Partiamo subito malissimo: il Kubb è un gioco svedese di origine vichinga, a metà fra le bocce e il bowling. Ed io odio entrambi. Mi sembra comunque puerile giudicare male un album solo per una scelta “sbagliata” del nome del gruppo, per questo lo infilo nello stereo e lo ascolto per un giorno intero. Voi non fatelo.
Il pezzo d’apertura, Remain, è davvero brutto e scontato, tanto che mi ritrovo con l’indice della mano destra sul tasto STOP. Ma essendo stupido e cocciuto vado avanti. Segue I dont mind, tema da terza elementare musicato, ed è qui che il mio rapporto con i Kubb inizia pesantemente ad incrinarsi. Continuo ad ascoltare allibito e mi imbatto in Grow, IL capolavoro finale del medley di bassa lega: un cocktail sapientemente miscelato fra il Gospel, il Doo-Wop anni '50, John Lennon alla tredicesima canna e i Take That. All'ottava traccia finalmente la consacrazione finale: Chemical è la goccia che fa traboccare il vaso e l'album collassa su se stesso. Dopo avercela menata sull'amore (e io adoro le canzoni d'amore, pensate un po') su ogni singolo pezzo, un bel testo sulle droghe arrangiato in stile "Volevamo essere i Pink Floyd" fa venire voglia di eroina subito, invece di dissuadere le masse dal consumo di stupefacenti. Come se non bastasse a 4'30'' dall'inizio del brano (che ne dura ben 6) entra un giro di pianoforte quasi interessante, demolito istantaneamente dall'ennesimo coro gospel uscito da Chuck e Nora.
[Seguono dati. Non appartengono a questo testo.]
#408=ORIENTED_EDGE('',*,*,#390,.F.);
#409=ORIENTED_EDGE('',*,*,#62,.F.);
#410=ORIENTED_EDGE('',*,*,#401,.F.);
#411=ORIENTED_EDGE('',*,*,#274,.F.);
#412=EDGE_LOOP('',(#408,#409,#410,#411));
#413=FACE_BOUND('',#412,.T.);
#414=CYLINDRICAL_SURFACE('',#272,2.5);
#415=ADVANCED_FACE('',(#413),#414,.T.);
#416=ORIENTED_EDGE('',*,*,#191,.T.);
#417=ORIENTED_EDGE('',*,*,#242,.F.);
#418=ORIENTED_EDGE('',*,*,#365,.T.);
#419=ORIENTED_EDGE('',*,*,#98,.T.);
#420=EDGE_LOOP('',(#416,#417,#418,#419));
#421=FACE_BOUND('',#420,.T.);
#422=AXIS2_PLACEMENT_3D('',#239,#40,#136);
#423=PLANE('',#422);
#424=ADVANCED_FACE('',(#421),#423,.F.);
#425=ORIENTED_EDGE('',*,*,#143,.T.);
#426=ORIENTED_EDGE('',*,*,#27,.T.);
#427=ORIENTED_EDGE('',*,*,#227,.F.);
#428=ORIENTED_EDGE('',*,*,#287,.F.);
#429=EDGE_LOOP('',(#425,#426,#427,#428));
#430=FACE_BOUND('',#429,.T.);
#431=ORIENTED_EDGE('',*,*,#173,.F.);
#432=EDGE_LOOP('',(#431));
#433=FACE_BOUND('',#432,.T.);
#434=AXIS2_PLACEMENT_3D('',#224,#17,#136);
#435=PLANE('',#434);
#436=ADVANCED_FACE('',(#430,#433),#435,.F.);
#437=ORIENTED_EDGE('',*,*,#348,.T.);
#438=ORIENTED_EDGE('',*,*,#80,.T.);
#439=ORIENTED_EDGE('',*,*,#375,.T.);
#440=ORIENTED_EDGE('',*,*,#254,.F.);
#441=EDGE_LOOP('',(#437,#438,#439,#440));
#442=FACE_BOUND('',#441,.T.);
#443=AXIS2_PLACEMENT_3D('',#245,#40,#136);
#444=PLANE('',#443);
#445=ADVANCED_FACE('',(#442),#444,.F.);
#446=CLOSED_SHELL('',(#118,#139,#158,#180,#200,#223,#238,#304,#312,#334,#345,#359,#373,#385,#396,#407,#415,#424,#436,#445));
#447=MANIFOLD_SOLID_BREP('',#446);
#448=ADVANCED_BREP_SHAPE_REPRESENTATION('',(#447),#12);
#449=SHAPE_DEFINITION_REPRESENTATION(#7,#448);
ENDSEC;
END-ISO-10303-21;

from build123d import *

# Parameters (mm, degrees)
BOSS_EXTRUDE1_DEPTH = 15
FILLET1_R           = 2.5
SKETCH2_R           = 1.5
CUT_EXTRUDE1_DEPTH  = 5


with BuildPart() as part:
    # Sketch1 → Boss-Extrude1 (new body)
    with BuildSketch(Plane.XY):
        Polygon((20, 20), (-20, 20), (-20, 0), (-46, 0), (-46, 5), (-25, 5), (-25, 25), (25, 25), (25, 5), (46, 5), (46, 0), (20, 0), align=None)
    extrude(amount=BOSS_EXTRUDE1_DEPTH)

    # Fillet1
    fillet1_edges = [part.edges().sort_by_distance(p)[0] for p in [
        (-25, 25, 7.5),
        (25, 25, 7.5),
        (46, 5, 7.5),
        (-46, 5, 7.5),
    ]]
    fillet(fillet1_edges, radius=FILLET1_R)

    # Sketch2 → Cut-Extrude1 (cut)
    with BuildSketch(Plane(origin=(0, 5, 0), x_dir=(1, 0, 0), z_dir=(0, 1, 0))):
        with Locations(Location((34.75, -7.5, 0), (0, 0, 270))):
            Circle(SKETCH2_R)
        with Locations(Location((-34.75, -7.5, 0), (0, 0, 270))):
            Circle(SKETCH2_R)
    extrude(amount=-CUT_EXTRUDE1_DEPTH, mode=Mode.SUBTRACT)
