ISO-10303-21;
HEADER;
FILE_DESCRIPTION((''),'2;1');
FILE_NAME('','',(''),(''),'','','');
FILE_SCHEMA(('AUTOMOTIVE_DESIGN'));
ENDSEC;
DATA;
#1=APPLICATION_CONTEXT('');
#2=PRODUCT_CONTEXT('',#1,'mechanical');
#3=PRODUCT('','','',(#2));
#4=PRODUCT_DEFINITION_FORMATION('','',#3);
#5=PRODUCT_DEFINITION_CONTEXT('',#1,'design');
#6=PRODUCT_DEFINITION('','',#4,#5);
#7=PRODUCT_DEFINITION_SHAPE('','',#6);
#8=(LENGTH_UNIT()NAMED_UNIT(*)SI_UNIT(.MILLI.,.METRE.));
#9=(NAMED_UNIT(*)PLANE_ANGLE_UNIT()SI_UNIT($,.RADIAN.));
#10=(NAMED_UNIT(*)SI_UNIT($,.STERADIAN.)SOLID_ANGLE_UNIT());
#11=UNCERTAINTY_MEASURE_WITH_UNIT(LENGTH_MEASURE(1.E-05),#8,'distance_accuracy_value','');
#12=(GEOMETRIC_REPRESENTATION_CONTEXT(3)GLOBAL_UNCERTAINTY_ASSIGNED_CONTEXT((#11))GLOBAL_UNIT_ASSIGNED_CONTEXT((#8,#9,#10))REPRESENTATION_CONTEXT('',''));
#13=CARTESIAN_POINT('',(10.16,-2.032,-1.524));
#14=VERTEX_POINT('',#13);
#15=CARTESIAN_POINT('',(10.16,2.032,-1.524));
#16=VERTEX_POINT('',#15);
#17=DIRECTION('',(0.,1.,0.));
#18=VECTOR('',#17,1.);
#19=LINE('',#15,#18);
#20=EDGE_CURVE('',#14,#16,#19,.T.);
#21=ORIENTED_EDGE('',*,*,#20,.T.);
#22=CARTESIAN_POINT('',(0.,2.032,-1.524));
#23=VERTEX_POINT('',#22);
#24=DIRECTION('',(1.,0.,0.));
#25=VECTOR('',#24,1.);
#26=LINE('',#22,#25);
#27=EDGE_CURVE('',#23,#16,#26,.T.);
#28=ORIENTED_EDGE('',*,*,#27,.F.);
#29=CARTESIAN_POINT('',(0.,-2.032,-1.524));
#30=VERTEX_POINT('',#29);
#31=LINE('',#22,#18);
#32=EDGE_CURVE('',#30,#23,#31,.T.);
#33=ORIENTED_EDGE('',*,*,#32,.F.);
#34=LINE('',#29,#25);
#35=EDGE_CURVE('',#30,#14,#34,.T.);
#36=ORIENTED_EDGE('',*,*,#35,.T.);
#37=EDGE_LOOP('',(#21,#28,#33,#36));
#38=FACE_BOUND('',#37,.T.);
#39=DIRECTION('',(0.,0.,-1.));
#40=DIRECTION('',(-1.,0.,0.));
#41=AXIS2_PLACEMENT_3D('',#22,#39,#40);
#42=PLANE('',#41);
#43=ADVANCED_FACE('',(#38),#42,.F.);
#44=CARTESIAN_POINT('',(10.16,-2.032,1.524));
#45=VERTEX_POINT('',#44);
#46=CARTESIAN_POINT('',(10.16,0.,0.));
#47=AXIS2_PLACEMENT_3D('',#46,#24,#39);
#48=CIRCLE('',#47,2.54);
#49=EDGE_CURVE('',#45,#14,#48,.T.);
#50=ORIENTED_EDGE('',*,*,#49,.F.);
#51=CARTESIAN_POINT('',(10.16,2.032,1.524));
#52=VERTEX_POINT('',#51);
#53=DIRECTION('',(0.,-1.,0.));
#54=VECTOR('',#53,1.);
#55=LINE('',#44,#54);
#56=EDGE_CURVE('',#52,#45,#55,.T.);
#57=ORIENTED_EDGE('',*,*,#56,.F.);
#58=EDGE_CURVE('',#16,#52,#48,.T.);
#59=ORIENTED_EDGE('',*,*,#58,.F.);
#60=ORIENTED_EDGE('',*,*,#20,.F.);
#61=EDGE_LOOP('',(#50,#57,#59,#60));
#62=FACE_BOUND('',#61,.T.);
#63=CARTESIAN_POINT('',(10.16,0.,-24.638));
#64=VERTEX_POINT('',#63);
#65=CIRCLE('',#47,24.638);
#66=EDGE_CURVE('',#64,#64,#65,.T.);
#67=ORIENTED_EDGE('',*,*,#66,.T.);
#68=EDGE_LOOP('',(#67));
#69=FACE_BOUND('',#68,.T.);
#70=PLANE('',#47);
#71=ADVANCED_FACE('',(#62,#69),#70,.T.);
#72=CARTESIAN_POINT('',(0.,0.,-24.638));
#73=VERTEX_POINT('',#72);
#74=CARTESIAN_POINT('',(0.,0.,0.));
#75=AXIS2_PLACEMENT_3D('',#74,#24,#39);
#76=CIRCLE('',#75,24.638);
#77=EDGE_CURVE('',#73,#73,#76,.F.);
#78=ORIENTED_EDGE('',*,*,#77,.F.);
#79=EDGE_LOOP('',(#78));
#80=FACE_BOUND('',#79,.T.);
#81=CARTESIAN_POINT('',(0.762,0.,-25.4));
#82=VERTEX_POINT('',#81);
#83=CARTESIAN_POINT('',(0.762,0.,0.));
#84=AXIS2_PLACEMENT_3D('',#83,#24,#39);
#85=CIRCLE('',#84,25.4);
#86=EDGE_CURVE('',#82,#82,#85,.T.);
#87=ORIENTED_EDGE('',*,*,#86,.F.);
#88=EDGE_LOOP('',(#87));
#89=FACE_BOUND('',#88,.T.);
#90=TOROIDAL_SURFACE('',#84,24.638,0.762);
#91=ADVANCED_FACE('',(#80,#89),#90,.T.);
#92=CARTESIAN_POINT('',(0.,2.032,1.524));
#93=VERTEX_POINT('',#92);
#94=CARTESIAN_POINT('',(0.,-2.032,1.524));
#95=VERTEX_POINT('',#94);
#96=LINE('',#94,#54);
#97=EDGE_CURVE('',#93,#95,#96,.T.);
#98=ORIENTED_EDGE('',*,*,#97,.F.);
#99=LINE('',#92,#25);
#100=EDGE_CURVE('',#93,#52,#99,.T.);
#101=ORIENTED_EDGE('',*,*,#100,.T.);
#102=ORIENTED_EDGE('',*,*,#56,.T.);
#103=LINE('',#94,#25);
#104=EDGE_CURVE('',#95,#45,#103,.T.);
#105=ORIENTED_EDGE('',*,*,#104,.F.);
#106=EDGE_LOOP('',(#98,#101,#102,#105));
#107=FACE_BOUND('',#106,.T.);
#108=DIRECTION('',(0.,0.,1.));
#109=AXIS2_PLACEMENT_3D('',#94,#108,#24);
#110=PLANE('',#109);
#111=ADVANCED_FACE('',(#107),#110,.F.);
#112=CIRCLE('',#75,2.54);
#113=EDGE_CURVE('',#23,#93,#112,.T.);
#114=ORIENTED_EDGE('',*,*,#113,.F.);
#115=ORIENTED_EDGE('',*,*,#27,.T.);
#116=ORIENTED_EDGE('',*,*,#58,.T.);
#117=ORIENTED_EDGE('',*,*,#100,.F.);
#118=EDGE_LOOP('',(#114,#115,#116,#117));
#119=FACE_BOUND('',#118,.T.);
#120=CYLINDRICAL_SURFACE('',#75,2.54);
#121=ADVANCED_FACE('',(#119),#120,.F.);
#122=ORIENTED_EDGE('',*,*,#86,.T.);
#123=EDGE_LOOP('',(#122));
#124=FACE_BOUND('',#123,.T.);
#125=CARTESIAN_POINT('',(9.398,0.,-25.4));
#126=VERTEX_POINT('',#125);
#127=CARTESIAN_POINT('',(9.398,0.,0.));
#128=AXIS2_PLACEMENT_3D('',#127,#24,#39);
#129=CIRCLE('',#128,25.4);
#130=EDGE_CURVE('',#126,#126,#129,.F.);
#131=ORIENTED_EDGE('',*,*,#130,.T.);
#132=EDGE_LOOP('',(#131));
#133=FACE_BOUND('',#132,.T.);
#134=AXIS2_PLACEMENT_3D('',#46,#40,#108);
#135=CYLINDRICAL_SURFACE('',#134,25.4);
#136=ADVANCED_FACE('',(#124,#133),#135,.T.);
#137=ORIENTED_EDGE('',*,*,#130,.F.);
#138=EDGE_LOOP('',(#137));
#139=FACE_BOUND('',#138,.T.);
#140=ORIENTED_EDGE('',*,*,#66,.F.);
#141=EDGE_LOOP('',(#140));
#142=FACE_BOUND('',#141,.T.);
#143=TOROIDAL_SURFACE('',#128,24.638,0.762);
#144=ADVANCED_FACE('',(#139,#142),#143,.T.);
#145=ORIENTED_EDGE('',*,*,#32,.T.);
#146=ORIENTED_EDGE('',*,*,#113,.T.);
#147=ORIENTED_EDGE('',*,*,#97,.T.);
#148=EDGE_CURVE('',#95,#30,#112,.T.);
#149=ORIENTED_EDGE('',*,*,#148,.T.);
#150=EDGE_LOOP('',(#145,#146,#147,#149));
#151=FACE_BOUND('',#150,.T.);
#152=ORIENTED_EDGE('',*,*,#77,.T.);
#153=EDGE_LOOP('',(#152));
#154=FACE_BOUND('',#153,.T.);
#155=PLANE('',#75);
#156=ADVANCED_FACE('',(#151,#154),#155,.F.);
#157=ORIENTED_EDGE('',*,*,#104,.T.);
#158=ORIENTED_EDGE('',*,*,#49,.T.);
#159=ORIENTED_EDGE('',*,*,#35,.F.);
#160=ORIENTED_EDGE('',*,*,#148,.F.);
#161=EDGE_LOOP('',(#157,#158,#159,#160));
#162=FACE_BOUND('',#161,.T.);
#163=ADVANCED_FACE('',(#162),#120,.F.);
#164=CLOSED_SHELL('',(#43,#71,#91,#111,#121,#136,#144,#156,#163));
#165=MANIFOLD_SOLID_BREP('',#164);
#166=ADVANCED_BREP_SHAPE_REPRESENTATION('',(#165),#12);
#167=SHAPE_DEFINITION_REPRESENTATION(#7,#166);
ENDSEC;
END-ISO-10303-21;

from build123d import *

# Parameters (mm, degrees)
SKETCH1_R           = 25.4
BOSS_EXTRUDE1_DEPTH = 10.16
FILLET1_R           = 0.762
CUT_EXTRUDE1_DEPTH  = 11.16


with BuildPart() as part:
    # Sketch1 → Boss-Extrude1 (new body)
    with BuildSketch(Plane(origin=(0, 0, 0), x_dir=(0, 0, -1), z_dir=(1, 0, 0))):
        Circle(SKETCH1_R)
    extrude(amount=BOSS_EXTRUDE1_DEPTH)

    # Fillet1
    fillet1_edges = [part.edges().sort_by_distance(p)[0] for p in [
        (0, 0, 25.4),
        (10.16, 0, 25.4),
    ]]
    fillet(fillet1_edges, radius=FILLET1_R)

    # Sketch2 → Cut-Extrude1 (cut, through all)
    with BuildSketch(Plane(origin=(10.16, 0, 0), x_dir=(0, 0, -1), z_dir=(1, 0, 0))):
        with BuildLine():
            Line((-1.524, -2.032), (-1.524, 2.032))
            ThreePointArc((-1.524, 2.032), (0, 2.54), (1.524, 2.032))
            Line((1.524, 2.032), (1.524, -2.032))
            ThreePointArc((1.524, -2.032), (0, -2.54), (-1.524, -2.032))
        make_face()
    extrude(amount=-CUT_EXTRUDE1_DEPTH, mode=Mode.SUBTRACT)


solid = part.part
Dopo quindi essermi spaccato le casse (per usare un termine delicato) per tutto l'album, al penultimo pezzo i Kubb tirano fuori gli artigli con Bitch, ma si rompono le unghie. La prima strofa fa presagire l'arrivo di un inferno di distorsione, di quelli che al confronto i Gorgoroth suonano con le chitarre pulite... e invece niente. Non c'è carica neanche quando urlano "puttana" per tutto il ritornello. Deprimente. Per chi mastica l'inglese abbiamo metafore e testi al limite del ridicolo, per chi non mastica l'inglese ma mastica buona musica, abbiamo melodie e arrangiamenti al limite dell'imbarazzante. Diciamolo pure: non esiste una singola idea in tutto l'album. Sarà che sono esigente, ma arrivare al 2007 e trovarsi di fronte rime come soul/control, bad/head, name/game, you/do, in 4/4 con un bel giro di DO sotto, ha il suo bell'effetto. Lassativo intendo. Per essere precisi l'album è del 2006, ma i Kubb non sarebbero dei pionieri neanche se ci trovassimo nel 1965. Questa perla di banalità ben registrata (il suono mi piace molto) è insomma un prodotto di quelli che dici "ma come è successo?" anche se va precisato che la voce cantante (Harry Collier) non è affatto male, mentre il resto è una vera e propria tragedia musicale, un incidente mortale di accordi, un patatrac di scale banali maggiori.
Ma non tutto il male viene per nuocere: cercando i testi on line, mi si è aperto un banner sui voli low-cost per Londra, ed è questa la vera cosa grandiosa di quest'album: me lo ricorderò quando sarò a Piccadilly Circus con i Radiohead nelle orecchie ad un volume da arresto.La prossima volta giuro che recensisco un album, questo è semplicemente un errore.